I wonder how to engender this principle in the researchers I mentor. I am now a full professor, so it may seem easy for me to say this in hindsight. But here are some principles that have guided me from day dot (I was looking for a place to use this Australian phrase) or have evolved throughout my career:

  • Let the problem solving drive you--not the papers. Papers will come.

  • Don't publish anything you don’t think is worth publishing.

  • Measure your impact in more ways than publications. Most universities now support a broader view of impact--it’s your case to make in your promotion materials. Have faith the review panels will respond.

Those guided my career, but if I ask myself the following questions, I don’t come out as strong:

What is your purpose for submitting research to a conference? Is it to show off? Should you rush to meet a conference deadline you want to attend by submitting a project not ready to be published? My mentor Greg Cooper told me he selects research that he wants to share with the audience at the conference so that he can get quality feedback that will help him in the next phases of the project. To be honest, I have seldom met that bar.


Go back to the ‘80’s and watch a great talk about writing papers by Leslie Lamport On Writing Papers. Two points that resonated with me:

  • Good writing requires good thinking…bad thinking can never create good writing. You have to have something to say, and it’s very important to be clear in your mind about what it is you want to say, and to whom.

  • Good thinking precedes good writing, and the best way to think about things is in terms of examples. Your examples tell a story, and they test your theories.

Let me share three stories from my research.

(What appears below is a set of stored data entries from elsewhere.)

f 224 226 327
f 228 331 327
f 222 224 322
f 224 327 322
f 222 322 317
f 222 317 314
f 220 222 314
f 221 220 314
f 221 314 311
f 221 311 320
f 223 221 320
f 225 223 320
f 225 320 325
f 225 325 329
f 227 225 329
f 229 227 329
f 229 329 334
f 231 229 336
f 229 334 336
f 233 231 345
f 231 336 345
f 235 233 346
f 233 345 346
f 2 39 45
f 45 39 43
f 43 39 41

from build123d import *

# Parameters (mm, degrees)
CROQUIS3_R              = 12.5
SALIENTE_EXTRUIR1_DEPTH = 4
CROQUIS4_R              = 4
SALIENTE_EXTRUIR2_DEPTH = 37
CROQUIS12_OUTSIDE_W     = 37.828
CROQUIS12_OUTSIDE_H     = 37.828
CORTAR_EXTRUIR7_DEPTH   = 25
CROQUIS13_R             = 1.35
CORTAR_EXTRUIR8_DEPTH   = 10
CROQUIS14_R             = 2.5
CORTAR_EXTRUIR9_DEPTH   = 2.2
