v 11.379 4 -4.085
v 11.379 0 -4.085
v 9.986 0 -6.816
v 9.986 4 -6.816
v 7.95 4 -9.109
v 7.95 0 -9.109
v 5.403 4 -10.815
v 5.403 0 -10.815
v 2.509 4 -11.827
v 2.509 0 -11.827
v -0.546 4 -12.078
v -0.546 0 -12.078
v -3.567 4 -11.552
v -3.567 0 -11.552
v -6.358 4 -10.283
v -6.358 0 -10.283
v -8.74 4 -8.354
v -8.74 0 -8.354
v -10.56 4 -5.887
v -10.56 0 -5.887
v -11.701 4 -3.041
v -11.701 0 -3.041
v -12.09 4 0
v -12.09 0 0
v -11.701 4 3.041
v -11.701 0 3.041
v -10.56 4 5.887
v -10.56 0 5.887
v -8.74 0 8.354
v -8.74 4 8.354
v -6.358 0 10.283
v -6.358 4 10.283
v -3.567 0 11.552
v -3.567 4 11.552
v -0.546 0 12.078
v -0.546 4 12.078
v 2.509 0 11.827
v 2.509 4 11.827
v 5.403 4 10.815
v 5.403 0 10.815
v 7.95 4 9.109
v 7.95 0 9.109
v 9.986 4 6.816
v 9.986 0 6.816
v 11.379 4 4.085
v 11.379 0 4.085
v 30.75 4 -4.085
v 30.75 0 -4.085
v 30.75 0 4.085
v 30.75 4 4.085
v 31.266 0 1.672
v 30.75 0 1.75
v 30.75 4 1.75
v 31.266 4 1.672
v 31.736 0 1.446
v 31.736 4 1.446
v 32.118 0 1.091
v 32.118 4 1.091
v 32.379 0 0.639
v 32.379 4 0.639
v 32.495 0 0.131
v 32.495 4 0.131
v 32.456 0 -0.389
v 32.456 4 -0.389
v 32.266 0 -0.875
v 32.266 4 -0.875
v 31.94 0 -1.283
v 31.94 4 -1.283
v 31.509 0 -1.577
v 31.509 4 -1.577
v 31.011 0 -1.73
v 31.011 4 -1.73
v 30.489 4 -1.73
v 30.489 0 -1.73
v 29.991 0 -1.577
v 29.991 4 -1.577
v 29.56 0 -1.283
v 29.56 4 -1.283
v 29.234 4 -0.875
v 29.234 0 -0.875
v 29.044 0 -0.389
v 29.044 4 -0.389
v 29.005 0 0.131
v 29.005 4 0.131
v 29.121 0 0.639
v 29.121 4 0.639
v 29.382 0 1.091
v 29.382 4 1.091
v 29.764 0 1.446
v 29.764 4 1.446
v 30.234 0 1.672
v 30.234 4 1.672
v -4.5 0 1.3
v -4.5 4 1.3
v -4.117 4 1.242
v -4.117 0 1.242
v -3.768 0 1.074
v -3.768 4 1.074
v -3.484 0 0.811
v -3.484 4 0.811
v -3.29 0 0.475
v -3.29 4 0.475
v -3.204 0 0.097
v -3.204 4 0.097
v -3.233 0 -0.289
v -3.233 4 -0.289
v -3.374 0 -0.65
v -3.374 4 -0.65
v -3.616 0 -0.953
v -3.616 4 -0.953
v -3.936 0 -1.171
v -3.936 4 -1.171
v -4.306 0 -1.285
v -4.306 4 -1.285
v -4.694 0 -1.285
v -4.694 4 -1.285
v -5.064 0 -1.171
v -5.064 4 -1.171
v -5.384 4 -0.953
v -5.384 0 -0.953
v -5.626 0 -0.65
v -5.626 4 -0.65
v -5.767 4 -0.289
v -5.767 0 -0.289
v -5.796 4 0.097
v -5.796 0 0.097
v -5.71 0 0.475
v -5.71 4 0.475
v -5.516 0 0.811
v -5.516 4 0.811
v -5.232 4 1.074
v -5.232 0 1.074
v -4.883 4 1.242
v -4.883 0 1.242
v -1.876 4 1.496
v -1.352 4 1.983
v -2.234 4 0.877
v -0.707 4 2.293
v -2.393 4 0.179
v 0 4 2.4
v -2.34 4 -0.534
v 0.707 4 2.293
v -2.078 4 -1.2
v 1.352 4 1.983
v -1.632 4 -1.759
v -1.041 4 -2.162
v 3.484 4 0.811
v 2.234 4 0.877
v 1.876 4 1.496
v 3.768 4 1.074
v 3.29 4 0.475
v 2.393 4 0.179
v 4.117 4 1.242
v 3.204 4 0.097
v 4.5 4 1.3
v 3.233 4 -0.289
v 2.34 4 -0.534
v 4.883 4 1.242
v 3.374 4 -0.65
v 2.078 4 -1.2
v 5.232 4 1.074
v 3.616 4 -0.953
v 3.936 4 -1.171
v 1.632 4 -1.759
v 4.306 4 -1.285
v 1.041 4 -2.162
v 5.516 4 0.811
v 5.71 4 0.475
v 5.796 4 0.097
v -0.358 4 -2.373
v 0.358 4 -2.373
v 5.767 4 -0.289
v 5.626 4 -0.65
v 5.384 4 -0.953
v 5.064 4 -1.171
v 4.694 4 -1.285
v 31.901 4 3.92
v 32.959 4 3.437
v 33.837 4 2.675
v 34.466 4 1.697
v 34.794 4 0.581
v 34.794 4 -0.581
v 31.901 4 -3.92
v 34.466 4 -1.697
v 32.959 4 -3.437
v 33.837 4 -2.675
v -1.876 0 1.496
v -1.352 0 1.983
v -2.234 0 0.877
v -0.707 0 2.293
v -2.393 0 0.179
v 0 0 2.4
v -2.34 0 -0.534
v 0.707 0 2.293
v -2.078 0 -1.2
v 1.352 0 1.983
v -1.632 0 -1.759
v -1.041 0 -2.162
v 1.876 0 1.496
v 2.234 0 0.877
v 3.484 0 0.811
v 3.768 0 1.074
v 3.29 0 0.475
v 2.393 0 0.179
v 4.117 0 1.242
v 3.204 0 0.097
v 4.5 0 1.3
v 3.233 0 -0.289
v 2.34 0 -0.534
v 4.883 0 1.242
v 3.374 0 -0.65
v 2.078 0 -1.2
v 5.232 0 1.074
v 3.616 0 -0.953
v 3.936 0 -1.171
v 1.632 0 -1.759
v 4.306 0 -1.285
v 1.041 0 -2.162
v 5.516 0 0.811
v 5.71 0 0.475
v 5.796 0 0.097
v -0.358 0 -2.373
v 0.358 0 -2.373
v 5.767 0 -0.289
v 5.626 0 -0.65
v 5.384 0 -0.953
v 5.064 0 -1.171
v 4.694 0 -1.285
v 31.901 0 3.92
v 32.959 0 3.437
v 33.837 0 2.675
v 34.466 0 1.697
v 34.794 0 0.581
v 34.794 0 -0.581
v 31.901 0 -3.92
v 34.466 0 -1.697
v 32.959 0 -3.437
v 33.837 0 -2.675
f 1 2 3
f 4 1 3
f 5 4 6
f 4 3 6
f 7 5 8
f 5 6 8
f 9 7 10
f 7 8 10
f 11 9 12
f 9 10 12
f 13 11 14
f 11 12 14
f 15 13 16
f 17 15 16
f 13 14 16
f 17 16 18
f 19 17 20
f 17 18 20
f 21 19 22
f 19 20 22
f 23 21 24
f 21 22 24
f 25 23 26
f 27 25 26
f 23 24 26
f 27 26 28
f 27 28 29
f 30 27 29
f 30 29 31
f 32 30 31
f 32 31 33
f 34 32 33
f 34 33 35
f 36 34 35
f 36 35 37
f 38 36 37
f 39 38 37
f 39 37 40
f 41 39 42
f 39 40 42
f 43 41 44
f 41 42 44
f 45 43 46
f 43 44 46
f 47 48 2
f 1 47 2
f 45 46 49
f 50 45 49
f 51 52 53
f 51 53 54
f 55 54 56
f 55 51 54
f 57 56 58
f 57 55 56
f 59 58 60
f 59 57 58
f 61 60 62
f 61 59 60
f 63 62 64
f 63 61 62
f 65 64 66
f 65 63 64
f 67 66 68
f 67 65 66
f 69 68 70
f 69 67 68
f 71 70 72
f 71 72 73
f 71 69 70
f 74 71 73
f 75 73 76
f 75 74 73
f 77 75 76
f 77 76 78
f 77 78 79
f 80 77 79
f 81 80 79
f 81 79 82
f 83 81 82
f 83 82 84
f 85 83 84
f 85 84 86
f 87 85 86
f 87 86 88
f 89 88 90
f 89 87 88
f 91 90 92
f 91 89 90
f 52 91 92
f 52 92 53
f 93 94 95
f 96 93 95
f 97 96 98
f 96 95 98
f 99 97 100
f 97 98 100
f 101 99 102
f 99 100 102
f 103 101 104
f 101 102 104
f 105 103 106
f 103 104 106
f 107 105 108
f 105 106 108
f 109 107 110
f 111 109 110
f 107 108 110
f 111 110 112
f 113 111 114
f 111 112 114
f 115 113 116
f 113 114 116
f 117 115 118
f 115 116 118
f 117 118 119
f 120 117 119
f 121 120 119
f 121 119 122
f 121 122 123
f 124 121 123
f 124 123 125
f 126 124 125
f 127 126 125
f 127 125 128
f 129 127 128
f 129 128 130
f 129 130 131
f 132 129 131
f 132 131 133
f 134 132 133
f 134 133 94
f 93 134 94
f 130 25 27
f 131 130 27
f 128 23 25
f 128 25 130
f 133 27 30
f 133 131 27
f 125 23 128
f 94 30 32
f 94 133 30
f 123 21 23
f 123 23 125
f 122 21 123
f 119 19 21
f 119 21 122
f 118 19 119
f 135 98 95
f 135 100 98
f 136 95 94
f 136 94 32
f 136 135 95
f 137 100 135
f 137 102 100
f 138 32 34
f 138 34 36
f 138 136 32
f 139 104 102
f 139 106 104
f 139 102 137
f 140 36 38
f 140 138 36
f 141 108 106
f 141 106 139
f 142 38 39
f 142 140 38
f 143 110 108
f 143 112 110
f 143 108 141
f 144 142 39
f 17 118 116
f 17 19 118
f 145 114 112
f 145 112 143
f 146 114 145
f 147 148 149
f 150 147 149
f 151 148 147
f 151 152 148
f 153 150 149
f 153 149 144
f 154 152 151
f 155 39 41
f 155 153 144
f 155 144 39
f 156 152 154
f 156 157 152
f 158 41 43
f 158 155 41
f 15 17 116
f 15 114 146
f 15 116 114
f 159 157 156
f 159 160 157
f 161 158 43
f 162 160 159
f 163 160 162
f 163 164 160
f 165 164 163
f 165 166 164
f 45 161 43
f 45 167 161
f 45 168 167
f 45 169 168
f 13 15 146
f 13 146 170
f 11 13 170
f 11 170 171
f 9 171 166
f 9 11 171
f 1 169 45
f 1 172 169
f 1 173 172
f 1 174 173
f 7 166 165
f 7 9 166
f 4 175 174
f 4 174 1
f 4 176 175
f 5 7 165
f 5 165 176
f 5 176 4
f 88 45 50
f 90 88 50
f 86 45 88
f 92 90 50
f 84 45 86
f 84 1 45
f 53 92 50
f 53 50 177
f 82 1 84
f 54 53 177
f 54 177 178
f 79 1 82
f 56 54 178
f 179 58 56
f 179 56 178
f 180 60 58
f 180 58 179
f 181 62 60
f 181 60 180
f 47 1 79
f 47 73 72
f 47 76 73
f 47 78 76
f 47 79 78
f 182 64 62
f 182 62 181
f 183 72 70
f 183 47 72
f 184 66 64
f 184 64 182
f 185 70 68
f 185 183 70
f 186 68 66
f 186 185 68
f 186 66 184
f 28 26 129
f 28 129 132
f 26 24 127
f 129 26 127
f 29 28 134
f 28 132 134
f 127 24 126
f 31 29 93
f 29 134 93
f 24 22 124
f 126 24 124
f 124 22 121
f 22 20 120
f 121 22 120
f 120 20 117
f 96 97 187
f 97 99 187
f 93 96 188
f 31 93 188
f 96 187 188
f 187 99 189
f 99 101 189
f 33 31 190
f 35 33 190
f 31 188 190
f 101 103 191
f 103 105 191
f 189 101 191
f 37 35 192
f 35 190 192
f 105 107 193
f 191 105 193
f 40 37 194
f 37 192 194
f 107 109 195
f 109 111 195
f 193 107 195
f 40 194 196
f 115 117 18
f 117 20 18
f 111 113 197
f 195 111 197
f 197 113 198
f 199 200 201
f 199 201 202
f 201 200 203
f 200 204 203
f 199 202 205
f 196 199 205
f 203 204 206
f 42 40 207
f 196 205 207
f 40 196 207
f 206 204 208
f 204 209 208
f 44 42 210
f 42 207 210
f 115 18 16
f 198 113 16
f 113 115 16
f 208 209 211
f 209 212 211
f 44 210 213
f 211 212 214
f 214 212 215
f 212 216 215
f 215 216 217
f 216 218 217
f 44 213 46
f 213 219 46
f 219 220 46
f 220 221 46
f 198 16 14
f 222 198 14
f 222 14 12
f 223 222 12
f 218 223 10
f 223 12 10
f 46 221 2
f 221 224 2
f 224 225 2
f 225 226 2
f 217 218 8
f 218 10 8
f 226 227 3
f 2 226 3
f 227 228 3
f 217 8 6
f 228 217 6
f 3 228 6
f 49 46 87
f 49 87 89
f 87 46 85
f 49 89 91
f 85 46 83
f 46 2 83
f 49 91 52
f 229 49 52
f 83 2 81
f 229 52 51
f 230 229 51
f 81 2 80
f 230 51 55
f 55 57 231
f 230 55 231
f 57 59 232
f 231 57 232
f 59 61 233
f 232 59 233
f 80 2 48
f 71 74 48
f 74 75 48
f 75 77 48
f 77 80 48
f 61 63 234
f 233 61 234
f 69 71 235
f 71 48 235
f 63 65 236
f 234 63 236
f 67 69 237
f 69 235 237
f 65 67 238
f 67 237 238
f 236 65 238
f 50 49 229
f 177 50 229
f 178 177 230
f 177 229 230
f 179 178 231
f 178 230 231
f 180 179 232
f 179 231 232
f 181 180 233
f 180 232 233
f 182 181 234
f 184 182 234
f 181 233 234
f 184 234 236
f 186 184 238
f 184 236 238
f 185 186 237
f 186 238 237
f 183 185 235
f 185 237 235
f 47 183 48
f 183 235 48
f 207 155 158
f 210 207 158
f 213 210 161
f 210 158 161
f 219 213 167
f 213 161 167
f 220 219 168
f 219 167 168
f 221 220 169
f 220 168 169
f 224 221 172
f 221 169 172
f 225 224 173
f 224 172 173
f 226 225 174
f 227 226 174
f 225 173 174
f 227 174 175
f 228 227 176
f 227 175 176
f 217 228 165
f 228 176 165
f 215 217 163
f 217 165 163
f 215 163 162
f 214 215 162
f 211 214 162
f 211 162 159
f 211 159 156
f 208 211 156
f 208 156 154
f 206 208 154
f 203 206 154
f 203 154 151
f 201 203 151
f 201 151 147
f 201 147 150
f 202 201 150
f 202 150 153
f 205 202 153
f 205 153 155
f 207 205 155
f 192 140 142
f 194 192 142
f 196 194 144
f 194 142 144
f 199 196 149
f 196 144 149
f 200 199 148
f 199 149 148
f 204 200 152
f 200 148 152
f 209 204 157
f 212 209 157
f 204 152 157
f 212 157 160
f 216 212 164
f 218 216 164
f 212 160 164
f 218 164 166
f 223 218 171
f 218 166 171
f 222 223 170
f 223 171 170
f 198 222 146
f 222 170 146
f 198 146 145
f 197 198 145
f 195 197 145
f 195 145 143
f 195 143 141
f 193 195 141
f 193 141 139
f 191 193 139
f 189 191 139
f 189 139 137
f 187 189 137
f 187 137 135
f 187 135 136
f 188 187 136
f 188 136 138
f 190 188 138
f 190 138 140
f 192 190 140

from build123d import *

# Parameters (mm, degrees)
SKETCH_2_R          = 1.75
EXTRUDE_1_DEPTH     = 4
SKETCH_3_R          = 2.4
SKETCH_3_R_2        = 1.3
CUT_EXTRUDE_1_DEPTH = 38.089795808


with BuildPart() as part:
    # 草图2 → 凸台-拉伸1 (new body)
    with BuildSketch(Plane(origin=(0, 0, 0), x_dir=(1, 0, 0), z_dir=(0, 1, 0))):
        with BuildLine():
            Line((30.75, 4.085109489), (11.378927035, 4.085109489))
            ThreePointArc((11.378927035, 4.085109489), (-12.09, 0), (11.378927035, -4.085109489))
            Line((11.378927035, -4.085109489), (30.75, -4.085109489))
            ThreePointArc((30.75, -4.085109489), (34.835109489, 0), (30.75, 4.085109489))
        make_face()
        with Locations(Location((30.75, 0, 0), (0, 0, 270))):
            Circle(SKETCH_2_R, mode=Mode.SUBTRACT)
        with Locations(Location((0, 0, 0), (0, 0, 270))):
            Circle(SKETCH_2_R, mode=Mode.SUBTRACT)
    extrude(amount=EXTRUDE_1_DEPTH)

    # 草图3 → 切除-拉伸1 (cut, through all)
    with BuildSketch(Plane(origin=(0, 4, 0), x_dir=(1, 0, 0), z_dir=(0, 1, 0))):
        with Locations(Location((0, 0, 0), (0, 0, 270))):
            Circle(SKETCH_3_R)
        with Locations(Location((4.5, 0, 0), (0, 0, 270))):
            Circle(SKETCH_3_R_2)
        with Locations(Location((-4.5, 0, 0), (0, 0, 270))):
            Circle(SKETCH_3_R_2)
    extrude(amount=-CUT_EXTRUDE_1_DEPTH, mode=Mode.SUBTRACT)


solid = part.part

I list the number of citations of these papers to contrast the meaning the research had to me with the contribution it made to the world.


My most influential paper: A Simple Algorithm for Identifying Negated Findings and Diseases in Discharge Summaries. 1156 citations. I did not create this algorithm (a grad student named Will Bridewell did), but I built the story of why it was better than a baseline and why it was needed when we had just been scooped by a more sophisticated algorithm. With some trepidation, I requested to be first author. It charted a 10-year path for my career, and the work I continued to develop with colleagues has been implemented in many languages by researchers and industry.


The paper I had the most fun writing: Developing Syndrome Definitions based on Consensus and Current Use. 33 citations. In this paper, I was truly able to tell a story. Everyone deployed syndromic surveillance in the mid 2000’s with different definitions that couldn’t be compared or shared. I brought them all to Pittsburgh to create consensus definitions. I was terrified my efforts would fail as everyone protected their turf, and in the first hour of the workshop, it looked grim. But we came up with a framework that achieved perfect harmony. Here are two slides from my presentation at the International Society for Disease Surveillance conference where Farzad Motashari, before becoming the national coordinator for health information technology at the U.S. Department of Health and Human Services, told the audience it was the most important paper of the conference.





The paper I am most proud of: Anaphoric Reference in Clinical Notes: Characteristics of an Annotated Corpus. 18 citations. This is the story of a woman with a degree in linguistics and no satisfactory career path who followed her husband into medical informatics for the lure of clinical NLP. In this project, I got to combine my knowledge of linguistic theory, such as discourse models, linguistic form, and salience, with the practical but hugely effortful team-based task of creating an annotated corpus I hoped would be used to train and develop anaphoric reference algorithms. It wasn’t used much beyond our team as far as I know.